Warm tip: This article is reproduced from serverfault.com, please click

Twitter streaming using Spark

发布于 2017-10-12 04:16:42

I'm trying to stream twitter data using spark scala code.I'm able to fetch data and create a dataframe and view it.But when trying to extract status.getPlace.getCountry() I get a java.lang.NullPointerException.

Spark version: 2.0.0, Scala version: 2.11.8

Tried with if conditions,checking value etc,but in vain.

Code:

val spark = SparkSession.builder().appName("Twitter Spark Example").getOrCreate()
val ssc = new StreamingContext(spark.sparkContext,Seconds(5))

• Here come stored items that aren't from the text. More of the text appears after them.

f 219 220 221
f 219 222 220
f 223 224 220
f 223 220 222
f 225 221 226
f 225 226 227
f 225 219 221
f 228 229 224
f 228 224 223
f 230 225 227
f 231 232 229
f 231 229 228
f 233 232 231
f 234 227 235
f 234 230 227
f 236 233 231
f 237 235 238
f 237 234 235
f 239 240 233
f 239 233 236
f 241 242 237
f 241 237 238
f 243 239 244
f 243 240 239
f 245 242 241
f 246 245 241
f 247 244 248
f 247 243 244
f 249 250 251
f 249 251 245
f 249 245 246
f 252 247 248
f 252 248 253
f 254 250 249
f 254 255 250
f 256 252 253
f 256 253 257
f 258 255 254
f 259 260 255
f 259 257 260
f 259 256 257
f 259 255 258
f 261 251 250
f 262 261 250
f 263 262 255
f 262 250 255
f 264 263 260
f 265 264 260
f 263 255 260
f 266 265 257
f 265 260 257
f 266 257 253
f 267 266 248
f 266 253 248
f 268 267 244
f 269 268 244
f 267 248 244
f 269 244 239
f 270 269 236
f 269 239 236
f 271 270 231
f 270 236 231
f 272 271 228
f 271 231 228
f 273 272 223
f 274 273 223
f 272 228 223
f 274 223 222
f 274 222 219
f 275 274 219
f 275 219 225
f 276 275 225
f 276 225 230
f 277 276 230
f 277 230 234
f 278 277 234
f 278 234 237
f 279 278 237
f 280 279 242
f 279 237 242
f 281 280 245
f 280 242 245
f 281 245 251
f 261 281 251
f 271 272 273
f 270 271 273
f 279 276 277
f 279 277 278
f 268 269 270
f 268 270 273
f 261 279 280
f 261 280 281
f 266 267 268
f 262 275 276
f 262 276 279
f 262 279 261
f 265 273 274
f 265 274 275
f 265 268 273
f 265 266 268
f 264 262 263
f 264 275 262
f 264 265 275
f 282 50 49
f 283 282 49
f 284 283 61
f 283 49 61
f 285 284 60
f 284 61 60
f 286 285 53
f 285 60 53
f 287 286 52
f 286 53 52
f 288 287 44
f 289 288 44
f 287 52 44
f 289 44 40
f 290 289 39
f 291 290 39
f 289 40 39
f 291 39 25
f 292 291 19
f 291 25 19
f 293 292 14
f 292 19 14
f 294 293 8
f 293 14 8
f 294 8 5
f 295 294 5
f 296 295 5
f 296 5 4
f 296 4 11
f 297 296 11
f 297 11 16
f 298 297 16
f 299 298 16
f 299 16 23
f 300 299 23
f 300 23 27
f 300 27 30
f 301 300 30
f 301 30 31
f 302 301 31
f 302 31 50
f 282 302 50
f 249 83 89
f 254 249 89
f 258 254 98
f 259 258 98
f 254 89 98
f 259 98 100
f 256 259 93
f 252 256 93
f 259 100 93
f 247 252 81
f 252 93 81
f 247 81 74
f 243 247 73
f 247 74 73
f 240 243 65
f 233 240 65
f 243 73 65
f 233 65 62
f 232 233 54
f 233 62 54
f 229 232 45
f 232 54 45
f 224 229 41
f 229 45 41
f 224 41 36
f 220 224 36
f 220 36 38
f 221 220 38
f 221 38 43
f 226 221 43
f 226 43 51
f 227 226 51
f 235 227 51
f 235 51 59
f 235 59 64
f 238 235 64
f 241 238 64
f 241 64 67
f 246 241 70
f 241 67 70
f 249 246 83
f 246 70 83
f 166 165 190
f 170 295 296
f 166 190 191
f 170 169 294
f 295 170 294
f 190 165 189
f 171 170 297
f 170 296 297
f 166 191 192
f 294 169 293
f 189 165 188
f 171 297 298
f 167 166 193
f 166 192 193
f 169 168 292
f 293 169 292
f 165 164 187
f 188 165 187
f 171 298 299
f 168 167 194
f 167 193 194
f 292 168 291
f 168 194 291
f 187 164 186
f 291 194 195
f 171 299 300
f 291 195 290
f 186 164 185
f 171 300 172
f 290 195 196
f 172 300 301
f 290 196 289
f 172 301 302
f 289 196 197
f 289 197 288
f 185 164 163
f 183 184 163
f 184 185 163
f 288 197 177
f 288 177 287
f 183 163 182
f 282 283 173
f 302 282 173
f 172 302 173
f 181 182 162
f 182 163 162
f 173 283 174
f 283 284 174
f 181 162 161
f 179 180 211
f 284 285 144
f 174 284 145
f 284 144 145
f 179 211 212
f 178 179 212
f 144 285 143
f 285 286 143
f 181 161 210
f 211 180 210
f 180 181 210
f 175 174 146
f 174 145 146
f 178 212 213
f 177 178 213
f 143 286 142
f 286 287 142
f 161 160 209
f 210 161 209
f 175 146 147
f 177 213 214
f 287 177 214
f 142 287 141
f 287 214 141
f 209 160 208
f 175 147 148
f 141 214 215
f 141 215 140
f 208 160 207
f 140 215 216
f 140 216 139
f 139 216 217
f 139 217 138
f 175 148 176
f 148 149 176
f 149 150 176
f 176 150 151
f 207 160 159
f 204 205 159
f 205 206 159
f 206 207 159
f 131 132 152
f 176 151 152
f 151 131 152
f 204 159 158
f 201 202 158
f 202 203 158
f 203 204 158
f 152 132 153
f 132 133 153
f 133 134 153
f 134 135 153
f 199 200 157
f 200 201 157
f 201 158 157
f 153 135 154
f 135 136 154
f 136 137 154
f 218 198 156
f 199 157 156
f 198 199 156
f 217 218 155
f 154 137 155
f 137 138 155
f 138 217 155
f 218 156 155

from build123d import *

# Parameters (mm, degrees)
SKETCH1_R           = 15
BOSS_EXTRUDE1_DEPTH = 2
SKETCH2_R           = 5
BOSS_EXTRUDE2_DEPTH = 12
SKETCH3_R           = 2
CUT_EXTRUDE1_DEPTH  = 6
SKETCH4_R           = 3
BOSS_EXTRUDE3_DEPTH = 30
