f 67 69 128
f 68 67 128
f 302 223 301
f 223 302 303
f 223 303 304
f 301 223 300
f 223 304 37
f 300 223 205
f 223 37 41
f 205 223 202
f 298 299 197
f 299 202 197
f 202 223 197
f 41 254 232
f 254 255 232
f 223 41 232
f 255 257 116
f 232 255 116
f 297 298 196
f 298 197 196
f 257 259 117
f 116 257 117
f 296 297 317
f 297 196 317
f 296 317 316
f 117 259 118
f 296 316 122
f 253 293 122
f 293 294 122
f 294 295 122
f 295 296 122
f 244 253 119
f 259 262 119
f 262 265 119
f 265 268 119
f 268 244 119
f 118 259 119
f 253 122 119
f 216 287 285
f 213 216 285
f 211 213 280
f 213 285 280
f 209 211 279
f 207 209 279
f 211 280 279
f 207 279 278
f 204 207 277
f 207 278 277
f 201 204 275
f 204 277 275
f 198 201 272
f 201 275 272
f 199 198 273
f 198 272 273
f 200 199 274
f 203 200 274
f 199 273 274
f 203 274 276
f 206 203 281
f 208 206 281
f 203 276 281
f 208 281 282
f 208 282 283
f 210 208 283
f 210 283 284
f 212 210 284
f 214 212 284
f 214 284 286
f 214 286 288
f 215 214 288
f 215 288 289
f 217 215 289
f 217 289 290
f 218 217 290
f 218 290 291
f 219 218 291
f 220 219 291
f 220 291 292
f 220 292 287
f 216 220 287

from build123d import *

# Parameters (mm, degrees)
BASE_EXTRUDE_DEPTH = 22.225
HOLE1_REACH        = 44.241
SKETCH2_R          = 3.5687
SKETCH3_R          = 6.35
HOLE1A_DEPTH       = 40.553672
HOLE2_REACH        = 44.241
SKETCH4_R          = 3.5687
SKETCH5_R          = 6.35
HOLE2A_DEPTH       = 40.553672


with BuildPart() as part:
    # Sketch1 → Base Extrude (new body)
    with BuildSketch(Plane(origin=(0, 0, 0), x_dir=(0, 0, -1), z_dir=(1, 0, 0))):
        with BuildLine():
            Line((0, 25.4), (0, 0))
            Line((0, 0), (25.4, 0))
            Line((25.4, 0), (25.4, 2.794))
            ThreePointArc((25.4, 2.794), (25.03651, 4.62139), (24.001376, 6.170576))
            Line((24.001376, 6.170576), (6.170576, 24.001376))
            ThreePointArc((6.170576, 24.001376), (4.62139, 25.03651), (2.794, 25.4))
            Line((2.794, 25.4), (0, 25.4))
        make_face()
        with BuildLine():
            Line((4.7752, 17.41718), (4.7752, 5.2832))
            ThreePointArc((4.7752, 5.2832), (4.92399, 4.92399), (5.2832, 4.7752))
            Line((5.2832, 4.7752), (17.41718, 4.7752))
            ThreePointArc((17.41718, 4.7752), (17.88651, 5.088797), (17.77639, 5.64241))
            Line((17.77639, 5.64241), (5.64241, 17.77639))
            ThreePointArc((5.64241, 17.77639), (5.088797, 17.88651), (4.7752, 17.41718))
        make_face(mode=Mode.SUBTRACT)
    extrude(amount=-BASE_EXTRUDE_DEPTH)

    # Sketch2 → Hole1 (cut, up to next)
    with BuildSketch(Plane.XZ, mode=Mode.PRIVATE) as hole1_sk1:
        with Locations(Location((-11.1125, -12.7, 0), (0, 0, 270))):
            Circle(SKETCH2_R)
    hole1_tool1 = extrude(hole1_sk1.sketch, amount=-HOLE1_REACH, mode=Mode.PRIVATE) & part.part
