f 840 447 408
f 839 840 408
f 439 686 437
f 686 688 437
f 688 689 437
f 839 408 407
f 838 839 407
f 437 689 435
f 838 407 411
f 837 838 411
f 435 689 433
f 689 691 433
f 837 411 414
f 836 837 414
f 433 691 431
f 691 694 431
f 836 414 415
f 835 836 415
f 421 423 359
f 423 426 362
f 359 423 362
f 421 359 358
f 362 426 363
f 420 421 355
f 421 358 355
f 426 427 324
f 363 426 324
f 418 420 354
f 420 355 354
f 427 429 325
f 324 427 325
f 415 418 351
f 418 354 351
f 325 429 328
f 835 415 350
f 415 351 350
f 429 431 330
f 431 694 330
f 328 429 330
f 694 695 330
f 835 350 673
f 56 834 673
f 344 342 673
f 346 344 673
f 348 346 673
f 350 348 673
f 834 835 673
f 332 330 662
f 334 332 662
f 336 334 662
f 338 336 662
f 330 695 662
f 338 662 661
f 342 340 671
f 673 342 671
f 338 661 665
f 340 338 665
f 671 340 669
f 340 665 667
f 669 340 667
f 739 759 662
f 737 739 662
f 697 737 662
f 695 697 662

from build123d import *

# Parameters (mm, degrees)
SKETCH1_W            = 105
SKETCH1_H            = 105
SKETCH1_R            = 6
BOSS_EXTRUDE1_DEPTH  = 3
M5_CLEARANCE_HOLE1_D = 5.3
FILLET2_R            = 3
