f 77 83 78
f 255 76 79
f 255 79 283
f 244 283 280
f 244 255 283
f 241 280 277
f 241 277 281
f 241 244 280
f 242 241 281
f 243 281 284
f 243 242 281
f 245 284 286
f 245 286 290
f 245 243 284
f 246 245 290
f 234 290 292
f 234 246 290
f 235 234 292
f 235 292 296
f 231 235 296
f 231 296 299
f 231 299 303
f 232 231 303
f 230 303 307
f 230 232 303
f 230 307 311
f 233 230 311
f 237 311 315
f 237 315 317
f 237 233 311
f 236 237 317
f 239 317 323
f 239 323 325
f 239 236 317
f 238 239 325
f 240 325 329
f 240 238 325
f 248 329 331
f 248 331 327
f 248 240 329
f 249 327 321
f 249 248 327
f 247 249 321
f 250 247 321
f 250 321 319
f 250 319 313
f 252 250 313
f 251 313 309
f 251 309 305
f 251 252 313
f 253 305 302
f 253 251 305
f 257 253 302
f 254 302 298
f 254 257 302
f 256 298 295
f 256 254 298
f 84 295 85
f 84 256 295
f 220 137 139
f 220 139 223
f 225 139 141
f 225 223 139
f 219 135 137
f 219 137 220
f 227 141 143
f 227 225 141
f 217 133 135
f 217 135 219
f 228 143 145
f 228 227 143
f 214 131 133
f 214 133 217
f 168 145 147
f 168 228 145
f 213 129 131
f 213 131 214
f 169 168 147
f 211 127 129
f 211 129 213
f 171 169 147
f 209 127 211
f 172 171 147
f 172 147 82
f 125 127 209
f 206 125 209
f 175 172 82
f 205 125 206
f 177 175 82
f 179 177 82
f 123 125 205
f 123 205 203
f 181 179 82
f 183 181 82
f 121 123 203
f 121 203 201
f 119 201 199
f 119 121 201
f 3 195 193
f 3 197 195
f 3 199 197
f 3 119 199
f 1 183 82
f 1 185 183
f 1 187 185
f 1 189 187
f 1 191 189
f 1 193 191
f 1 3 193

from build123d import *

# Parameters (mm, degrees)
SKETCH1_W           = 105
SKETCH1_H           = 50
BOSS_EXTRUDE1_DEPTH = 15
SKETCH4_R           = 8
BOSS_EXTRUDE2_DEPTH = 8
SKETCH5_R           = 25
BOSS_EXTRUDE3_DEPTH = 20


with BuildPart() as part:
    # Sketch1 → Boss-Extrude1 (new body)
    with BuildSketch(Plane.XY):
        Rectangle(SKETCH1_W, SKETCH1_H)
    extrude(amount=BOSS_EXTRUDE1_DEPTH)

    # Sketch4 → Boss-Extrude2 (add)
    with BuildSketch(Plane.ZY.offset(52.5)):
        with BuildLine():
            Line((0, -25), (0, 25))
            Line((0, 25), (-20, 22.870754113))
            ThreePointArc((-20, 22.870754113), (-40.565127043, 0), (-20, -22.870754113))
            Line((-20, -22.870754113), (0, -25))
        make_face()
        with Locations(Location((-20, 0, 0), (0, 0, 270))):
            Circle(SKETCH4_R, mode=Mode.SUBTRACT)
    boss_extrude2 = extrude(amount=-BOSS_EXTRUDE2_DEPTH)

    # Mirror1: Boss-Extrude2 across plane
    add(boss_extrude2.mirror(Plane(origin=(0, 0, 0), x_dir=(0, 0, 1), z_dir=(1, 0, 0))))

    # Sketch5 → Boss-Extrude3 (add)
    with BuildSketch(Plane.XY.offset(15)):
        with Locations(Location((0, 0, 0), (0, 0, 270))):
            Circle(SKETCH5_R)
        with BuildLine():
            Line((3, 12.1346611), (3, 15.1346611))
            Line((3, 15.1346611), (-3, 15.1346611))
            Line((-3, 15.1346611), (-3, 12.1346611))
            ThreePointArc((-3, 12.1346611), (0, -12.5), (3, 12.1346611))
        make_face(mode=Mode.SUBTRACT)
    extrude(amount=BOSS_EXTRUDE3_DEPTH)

val filters:Seq[String] =  Seq("hadoop")
val cb = new ConfigurationBuilder()
      .setOAuthConsumerKey("******")
      .setOAuthConsumerSecret("******")
      .setOAuthAccessToken("********")
      .setOAuthAccessTokenSecret("******").build()

val twitter_auth = new TwitterFactory(cb)
val a = new OAuthAuthorization(cb)
val atwitter:Option[twitter4j.auth.Authorization] =  Some(twitter_auth.getInstance(a).getAuthorization())

val tweetsdstream = TwitterUtils.createStream(ssc, atwitter, filters, StorageLevel.MEMORY_AND_DISK_SER_2)
val data = tweetsdstream.map {status => 
      val places = status.getPlace
      val id = status.getUser.getId
      val date = status.getUser.getCreatedAt.toString()
      val user = status.getUser.getName()
      val place = places.getCountry()

      (id,date,user,place)
      }
data.foreachRDD{rdd =>
      import spark.implicits._
      rdd.toDF("id","date","user","place").show()
    }

ssc.start()
ssc.awaitTermination()

Is there any restriction on accessing location information from twitter? Any suggestions would be helpful.

Thanks

Questioner
Pooja Nayak
Viewed
0
stefanobaghino 2017-10-13 21:58:05

You can use Option to deal with nulls:

val data = tweetsdstream.map {
  status =>
    val place = Option(status.getPlace).map(_.getCountry).orNull
    val id = status.getUser.getId
    val user = status.getUser.getName
    val date = status.getUser.getCreatedAt.toString
    (id, date, user, place)
}

This way, you'll be able to visualize all tweets, regardless if they have a country or not (and it will be null where the country is not defined).

Option is very useful to handle possibly missing data, feel free to use it for other possibly empty fields.